The problem: For the material below, return exactly the lines starting at the one holding "v -22.298 5 1.978" and ending at the one holding "f 152 153 159", counting both as part of the range.

Given data:
□ □ □ □
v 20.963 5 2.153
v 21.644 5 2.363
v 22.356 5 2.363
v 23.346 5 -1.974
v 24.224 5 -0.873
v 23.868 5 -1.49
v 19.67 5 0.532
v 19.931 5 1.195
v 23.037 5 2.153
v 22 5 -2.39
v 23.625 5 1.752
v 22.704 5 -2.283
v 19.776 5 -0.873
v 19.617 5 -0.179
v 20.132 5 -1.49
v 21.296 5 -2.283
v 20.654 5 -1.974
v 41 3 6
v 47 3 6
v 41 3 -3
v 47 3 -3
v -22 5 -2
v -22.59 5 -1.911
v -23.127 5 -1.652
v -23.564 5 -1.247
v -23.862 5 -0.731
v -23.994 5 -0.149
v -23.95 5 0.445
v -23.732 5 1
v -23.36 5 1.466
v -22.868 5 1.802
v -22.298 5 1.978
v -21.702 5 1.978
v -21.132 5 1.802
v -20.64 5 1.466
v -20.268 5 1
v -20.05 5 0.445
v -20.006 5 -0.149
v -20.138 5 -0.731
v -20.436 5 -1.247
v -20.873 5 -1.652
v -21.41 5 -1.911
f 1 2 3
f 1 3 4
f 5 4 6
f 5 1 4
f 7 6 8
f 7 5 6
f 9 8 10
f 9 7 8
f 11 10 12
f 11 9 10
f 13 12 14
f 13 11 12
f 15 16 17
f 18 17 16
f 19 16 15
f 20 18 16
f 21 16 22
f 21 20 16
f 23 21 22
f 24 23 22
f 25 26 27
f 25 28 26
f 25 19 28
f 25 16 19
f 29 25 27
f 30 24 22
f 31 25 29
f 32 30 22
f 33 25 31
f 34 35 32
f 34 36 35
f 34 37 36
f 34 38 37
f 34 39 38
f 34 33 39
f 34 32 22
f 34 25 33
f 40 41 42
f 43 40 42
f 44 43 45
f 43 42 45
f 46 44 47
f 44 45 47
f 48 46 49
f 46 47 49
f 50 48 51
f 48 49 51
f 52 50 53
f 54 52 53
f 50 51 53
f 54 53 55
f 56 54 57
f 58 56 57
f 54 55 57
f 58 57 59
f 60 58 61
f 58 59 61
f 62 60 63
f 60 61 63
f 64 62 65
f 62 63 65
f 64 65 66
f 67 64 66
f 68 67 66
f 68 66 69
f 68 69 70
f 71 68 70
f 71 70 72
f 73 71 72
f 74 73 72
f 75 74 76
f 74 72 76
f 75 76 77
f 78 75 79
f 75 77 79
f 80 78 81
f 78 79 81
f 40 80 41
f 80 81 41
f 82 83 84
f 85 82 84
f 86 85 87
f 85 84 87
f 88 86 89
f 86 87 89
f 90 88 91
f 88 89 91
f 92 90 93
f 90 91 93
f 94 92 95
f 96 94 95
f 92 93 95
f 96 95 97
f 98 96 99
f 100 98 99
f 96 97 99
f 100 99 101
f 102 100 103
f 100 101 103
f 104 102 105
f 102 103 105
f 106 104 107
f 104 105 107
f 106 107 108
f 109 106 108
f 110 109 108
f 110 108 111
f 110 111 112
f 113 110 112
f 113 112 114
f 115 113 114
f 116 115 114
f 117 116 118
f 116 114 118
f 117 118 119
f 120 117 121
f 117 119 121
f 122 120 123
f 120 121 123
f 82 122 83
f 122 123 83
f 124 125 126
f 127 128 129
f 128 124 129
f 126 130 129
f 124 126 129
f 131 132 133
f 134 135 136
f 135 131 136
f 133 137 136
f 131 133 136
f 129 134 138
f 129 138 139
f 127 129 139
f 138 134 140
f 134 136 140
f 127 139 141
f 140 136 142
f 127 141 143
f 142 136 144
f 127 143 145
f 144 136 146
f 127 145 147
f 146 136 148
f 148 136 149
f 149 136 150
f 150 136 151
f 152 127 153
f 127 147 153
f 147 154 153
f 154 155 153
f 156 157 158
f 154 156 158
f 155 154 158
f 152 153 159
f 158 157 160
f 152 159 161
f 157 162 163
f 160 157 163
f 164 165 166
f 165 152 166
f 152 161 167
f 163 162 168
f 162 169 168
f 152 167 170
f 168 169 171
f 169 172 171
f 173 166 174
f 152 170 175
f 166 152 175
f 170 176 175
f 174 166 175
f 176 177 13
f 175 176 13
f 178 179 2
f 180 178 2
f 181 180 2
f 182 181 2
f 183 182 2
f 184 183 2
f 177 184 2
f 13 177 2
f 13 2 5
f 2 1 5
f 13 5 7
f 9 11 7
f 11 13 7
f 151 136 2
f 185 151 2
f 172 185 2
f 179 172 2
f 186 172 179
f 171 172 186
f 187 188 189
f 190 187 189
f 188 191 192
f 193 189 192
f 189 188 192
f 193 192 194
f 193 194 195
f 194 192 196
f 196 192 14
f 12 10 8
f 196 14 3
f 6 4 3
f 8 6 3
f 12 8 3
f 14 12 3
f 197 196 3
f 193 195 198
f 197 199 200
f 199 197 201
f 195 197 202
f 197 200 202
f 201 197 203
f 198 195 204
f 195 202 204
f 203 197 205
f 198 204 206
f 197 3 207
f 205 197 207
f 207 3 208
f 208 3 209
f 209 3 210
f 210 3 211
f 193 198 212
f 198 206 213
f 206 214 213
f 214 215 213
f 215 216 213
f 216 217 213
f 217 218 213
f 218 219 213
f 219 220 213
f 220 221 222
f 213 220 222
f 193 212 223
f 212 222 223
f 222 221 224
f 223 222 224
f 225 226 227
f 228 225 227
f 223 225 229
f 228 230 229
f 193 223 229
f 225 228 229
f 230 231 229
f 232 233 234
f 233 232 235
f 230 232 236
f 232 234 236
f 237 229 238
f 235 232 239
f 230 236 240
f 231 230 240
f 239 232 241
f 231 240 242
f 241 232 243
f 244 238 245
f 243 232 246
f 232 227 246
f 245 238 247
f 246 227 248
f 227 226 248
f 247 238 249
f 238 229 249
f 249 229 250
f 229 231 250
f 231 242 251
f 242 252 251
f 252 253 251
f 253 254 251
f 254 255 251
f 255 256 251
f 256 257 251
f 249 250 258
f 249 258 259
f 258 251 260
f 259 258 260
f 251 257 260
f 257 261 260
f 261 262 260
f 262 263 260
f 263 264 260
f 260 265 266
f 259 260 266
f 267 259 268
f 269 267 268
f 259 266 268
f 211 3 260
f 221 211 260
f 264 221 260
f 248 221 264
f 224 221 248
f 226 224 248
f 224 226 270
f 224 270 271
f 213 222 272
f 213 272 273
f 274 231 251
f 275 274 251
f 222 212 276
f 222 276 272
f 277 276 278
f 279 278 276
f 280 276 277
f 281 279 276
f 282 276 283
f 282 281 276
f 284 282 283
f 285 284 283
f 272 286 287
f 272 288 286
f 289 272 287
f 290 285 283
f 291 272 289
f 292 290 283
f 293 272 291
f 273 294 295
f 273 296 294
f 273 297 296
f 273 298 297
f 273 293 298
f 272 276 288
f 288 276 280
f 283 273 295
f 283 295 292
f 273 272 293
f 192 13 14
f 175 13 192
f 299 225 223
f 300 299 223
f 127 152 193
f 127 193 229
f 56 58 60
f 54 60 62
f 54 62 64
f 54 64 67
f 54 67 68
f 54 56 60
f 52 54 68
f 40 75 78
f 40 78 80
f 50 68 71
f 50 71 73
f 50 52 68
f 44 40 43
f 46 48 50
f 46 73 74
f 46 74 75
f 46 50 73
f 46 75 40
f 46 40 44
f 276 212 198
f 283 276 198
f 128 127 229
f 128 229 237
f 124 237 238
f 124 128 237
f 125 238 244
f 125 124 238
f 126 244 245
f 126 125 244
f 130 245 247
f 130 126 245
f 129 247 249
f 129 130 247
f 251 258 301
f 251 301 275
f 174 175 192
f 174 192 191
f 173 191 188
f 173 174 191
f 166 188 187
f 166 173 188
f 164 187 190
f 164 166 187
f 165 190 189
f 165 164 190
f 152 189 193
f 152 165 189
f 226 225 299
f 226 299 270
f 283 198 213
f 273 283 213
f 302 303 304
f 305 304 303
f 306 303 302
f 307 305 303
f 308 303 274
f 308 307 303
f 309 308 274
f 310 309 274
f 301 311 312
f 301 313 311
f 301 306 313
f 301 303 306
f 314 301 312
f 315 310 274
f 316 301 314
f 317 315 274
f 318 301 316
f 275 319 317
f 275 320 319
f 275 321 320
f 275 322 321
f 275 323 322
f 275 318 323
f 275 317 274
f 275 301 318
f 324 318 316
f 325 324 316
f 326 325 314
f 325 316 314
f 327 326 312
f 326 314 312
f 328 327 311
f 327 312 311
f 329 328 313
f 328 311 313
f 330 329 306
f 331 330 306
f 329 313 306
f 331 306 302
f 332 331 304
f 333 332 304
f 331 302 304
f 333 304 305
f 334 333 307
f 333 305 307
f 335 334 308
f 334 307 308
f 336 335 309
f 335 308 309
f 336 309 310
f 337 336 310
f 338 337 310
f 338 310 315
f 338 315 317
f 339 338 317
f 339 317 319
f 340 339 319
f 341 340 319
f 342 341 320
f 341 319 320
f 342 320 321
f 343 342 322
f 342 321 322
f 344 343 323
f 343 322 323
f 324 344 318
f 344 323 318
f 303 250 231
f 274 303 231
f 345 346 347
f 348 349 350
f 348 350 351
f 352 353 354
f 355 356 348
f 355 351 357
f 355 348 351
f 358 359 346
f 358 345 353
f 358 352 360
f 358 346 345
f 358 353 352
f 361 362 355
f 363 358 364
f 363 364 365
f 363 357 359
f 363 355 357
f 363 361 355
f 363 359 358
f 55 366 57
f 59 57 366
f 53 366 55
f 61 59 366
□ □ □ □
Reply to the task:
v -22.298 5 1.978
v -21.702 5 1.978
v -21.132 5 1.802
v -20.64 5 1.466
v -20.268 5 1
v -20.05 5 0.445
v -20.006 5 -0.149
v -20.138 5 -0.731
v -20.436 5 -1.247
v -20.873 5 -1.652
v -21.41 5 -1.911
f 1 2 3
f 1 3 4
f 5 4 6
f 5 1 4
f 7 6 8
f 7 5 6
f 9 8 10
f 9 7 8
f 11 10 12
f 11 9 10
f 13 12 14
f 13 11 12
f 15 16 17
f 18 17 16
f 19 16 15
f 20 18 16
f 21 16 22
f 21 20 16
f 23 21 22
f 24 23 22
f 25 26 27
f 25 28 26
f 25 19 28
f 25 16 19
f 29 25 27
f 30 24 22
f 31 25 29
f 32 30 22
f 33 25 31
f 34 35 32
f 34 36 35
f 34 37 36
f 34 38 37
f 34 39 38
f 34 33 39
f 34 32 22
f 34 25 33
f 40 41 42
f 43 40 42
f 44 43 45
f 43 42 45
f 46 44 47
f 44 45 47
f 48 46 49
f 46 47 49
f 50 48 51
f 48 49 51
f 52 50 53
f 54 52 53
f 50 51 53
f 54 53 55
f 56 54 57
f 58 56 57
f 54 55 57
f 58 57 59
f 60 58 61
f 58 59 61
f 62 60 63
f 60 61 63
f 64 62 65
f 62 63 65
f 64 65 66
f 67 64 66
f 68 67 66
f 68 66 69
f 68 69 70
f 71 68 70
f 71 70 72
f 73 71 72
f 74 73 72
f 75 74 76
f 74 72 76
f 75 76 77
f 78 75 79
f 75 77 79
f 80 78 81
f 78 79 81
f 40 80 41
f 80 81 41
f 82 83 84
f 85 82 84
f 86 85 87
f 85 84 87
f 88 86 89
f 86 87 89
f 90 88 91
f 88 89 91
f 92 90 93
f 90 91 93
f 94 92 95
f 96 94 95
f 92 93 95
f 96 95 97
f 98 96 99
f 100 98 99
f 96 97 99
f 100 99 101
f 102 100 103
f 100 101 103
f 104 102 105
f 102 103 105
f 106 104 107
f 104 105 107
f 106 107 108
f 109 106 108
f 110 109 108
f 110 108 111
f 110 111 112
f 113 110 112
f 113 112 114
f 115 113 114
f 116 115 114
f 117 116 118
f 116 114 118
f 117 118 119
f 120 117 121
f 117 119 121
f 122 120 123
f 120 121 123
f 82 122 83
f 122 123 83
f 124 125 126
f 127 128 129
f 128 124 129
f 126 130 129
f 124 126 129
f 131 132 133
f 134 135 136
f 135 131 136
f 133 137 136
f 131 133 136
f 129 134 138
f 129 138 139
f 127 129 139
f 138 134 140
f 134 136 140
f 127 139 141
f 140 136 142
f 127 141 143
f 142 136 144
f 127 143 145
f 144 136 146
f 127 145 147
f 146 136 148
f 148 136 149
f 149 136 150
f 150 136 151
f 152 127 153
f 127 147 153
f 147 154 153
f 154 155 153
f 156 157 158
f 154 156 158
f 155 154 158
f 152 153 159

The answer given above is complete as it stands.